This is a standard cocycle averaging situation.
Choose an arbitrary (set-theoretic) section $s : G/N \to G$. The extent to which $s(G/N)$ fails to be a subgroup is measured by the cocycle $f : (G/N)^2 \to N$ defined by $$s(x)s(y) = s(xy) f(x,y) \qquad (x, y \in G/N).$$
This is indeed a cocycle in the sense that it satisfies the cocycle relation (using additive notation in $N \cong \mathbb{R}^n$) $$f(x,y)^z + f(xy,z) = f(x,yz) + f(y,z)$$
(this follows from expanding $s(x)s(y)s(z)$ in two different ways, using associativity). The exponent $z$ refers to the natural action of $G$ on $N$, which factors through $G/N$. Now we use the fact that $N$ is a vector space and $G/N$ is finite to define
$$F(y) = \frac{1}{|G/N|} \sum_{x \in G/N} f(x, y).$$
From the cocycle relation it follows that
$$F(y)^z + F(z) = F(yz) + f(y, z)$$
(i.e, $f$ is a coboundary). Hence, from the definition of $f$,
$$s(x)F(x)^{-1} s(y) F(y)^{-1} = s(xy) F(yz)^{-1},$$
so $x \mapsto s(x) F(x)^{-1}$ is a homomorphism $G/N \to G$, as required.

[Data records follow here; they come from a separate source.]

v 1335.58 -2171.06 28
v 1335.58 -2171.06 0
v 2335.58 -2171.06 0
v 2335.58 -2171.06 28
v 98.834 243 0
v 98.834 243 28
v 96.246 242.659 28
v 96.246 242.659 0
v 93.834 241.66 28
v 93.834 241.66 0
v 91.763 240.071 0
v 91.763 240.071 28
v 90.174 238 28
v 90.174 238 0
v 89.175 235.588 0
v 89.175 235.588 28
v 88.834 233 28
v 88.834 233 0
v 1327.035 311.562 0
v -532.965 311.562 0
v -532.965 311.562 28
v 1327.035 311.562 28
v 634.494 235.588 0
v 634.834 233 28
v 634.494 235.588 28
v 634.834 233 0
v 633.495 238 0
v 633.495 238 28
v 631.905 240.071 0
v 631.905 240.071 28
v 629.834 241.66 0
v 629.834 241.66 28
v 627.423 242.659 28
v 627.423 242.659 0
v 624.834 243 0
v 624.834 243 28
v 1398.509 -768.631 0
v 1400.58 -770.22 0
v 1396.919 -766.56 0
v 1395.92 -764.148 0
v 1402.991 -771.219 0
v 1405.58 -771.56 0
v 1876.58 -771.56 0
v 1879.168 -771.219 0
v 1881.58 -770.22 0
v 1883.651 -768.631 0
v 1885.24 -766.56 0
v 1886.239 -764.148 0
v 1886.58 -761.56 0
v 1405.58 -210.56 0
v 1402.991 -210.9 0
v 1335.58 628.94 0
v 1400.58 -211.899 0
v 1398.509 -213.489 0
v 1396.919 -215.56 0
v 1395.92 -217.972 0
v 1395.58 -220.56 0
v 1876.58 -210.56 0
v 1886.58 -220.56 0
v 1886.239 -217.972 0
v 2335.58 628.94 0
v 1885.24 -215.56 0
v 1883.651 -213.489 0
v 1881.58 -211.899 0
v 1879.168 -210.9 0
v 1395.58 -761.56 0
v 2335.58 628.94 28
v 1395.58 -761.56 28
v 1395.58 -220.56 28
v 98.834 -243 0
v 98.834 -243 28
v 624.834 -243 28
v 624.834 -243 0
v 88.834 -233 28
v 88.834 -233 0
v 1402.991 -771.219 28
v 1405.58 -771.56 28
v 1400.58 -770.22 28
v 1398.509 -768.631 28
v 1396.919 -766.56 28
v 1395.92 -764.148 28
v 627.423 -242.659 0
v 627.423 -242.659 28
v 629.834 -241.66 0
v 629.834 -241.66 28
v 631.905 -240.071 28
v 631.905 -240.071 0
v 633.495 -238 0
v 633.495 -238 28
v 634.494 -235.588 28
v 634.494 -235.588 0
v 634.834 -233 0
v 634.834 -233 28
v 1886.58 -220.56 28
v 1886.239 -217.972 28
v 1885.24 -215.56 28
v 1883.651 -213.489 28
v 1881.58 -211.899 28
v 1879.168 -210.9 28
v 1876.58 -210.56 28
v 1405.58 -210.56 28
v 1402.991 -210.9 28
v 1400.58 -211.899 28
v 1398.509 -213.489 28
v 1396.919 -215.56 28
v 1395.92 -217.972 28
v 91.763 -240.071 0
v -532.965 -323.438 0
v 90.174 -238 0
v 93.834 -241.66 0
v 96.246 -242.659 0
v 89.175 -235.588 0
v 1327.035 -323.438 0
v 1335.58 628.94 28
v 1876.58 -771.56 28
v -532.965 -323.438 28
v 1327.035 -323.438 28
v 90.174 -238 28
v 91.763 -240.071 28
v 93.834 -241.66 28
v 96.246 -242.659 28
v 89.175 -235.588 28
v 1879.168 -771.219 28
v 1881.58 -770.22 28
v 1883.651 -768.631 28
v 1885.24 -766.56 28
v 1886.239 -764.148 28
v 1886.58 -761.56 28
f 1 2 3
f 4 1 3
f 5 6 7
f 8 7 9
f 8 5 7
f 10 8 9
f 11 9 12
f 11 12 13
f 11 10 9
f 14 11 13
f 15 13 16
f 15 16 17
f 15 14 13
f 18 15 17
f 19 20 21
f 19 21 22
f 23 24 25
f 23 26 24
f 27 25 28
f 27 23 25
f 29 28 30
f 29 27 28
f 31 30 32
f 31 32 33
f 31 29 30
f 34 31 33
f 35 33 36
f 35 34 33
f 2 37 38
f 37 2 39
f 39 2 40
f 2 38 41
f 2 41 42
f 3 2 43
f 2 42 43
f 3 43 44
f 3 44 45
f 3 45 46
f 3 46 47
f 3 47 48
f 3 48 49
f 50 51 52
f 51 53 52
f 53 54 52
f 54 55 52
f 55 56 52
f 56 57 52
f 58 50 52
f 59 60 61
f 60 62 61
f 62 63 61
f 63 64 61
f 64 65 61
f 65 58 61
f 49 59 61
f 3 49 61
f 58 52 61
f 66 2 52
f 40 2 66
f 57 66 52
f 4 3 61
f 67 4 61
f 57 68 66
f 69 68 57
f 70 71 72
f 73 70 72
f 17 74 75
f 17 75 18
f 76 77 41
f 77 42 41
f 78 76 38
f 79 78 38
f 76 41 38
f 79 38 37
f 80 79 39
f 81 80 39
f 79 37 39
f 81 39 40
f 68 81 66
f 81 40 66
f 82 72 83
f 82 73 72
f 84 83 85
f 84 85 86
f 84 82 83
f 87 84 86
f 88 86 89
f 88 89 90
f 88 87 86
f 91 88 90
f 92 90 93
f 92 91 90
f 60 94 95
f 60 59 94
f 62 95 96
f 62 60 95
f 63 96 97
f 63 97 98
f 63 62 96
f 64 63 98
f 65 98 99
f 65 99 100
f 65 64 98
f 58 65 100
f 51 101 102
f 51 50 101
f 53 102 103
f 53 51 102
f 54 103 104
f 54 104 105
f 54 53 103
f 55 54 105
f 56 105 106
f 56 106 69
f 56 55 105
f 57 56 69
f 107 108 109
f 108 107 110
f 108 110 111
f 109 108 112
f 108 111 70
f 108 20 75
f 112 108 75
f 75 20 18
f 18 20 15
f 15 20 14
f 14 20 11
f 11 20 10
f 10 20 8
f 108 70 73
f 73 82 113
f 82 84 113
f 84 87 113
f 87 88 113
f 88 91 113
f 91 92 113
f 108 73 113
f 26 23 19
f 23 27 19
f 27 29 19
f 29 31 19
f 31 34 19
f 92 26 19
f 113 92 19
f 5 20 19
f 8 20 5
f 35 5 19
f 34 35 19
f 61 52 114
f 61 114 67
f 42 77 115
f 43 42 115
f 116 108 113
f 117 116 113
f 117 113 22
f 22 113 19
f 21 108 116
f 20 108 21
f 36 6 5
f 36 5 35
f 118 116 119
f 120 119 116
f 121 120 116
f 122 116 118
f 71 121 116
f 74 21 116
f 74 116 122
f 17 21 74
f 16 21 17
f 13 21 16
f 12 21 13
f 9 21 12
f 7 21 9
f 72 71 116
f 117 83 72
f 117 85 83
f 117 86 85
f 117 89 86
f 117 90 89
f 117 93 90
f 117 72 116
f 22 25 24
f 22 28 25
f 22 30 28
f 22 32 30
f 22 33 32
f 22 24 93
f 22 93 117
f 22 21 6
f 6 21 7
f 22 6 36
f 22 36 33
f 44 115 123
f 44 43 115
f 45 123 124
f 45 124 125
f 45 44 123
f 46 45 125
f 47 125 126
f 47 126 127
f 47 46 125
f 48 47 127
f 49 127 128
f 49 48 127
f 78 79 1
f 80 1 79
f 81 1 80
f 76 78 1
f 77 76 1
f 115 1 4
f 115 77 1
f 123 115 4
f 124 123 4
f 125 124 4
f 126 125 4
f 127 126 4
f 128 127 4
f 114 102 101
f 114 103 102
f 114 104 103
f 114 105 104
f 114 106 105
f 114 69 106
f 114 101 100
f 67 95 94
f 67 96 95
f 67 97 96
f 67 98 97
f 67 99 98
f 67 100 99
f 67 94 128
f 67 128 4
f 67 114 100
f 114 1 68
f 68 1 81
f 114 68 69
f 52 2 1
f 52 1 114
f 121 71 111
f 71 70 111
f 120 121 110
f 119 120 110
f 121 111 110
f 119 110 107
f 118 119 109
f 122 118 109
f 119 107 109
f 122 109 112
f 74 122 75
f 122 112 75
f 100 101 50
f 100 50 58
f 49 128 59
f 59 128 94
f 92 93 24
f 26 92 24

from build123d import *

# Parameters (mm, degrees)
F0_W     = 1860
F0_H     = 635
F1_DEPTH = 28
F2_W     = 1000
F2_H     = 2800
F3_DEPTH = 28
F4_W     = 546
F4_H     = 486
F5_DEPTH = 28.001
F6_R     = 10
F7_W     = 491
F7_H     = 561
F8_DEPTH = 28.001
F9_R     = 10


with BuildPart() as f1:
    # F0 (on Top) → F1 (new body)
    with BuildSketch(Plane.XY):
        with Locations((397.0349, -5.937561)):
            Rectangle(F0_W, F0_H)
    extrude(amount=F1_DEPTH)

    # F4 (on face) → F5 (cut, through all)
    with BuildSketch(Plane.XY.offset(28)):
        with Locations((361.834347, 0)):
            Rectangle(F4_W, F4_H)
    extrude(amount=-F5_DEPTH, mode=Mode.SUBTRACT)

    # F6
    f6_edges = [f1.edges().sort_by_distance(p)[0] for p in [
        (634.834347, 243, 14),
        (88.834347, -243, 14),
        (634.834347, -243, 14),
        (88.834347, 243, 14),
    ]]
    fillet(f6_edges, radius=F6_R)


with BuildPart() as f3:
    # F2 (on Top) → F3 (new body)
    with BuildSketch(Plane.XY):
        with Locations((1835.579574, -771.059727)):
            Rectangle(F2_W, F2_H)
    extrude(amount=F3_DEPTH)

    # F7 (on face) → F8 (cut, through all)
    with BuildSketch(Plane.XY.offset(28)):
        with Locations((1641.079574, -491.059727)):
            Rectangle(F7_W, F7_H)
    extrude(amount=-F8_DEPTH, mode=Mode.SUBTRACT)

    # F9
    f9_edges = [f3.edges().sort_by_distance(p)[0] for p in [
        (1395.579574, -210.559727, 14),
        (1886.579574, -210.559727, 14),
        (1395.579574, -771.559727, 14),
        (1886.579574, -771.559727, 14),
    ]]
    fillet(f9_edges, radius=F9_R)


solid = Compound([f1.part, f3.part])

In homological terms this argument shows that $H^2(Q, M) = 0$ whenever $Q$ is a finite group and $M$ is a $Q$-module which is uniquely divisible by $|Q|$. More generally $H^n(Q, M) = 0$ for all $n > 0$ (Robinson, A course in the theory of groups, 11.3.8). For example also $H^1=0$, which means that, in your situation, all subgroups of $G$ of order $|G/N|$ are conjugate.
The more general case in which $G/N$ is compact is similar, using the Haar measure to average over $G/N$, assuming we have a continuous section $s : G/N \to G$. Maybe the existence of a continuous section is the difficult part.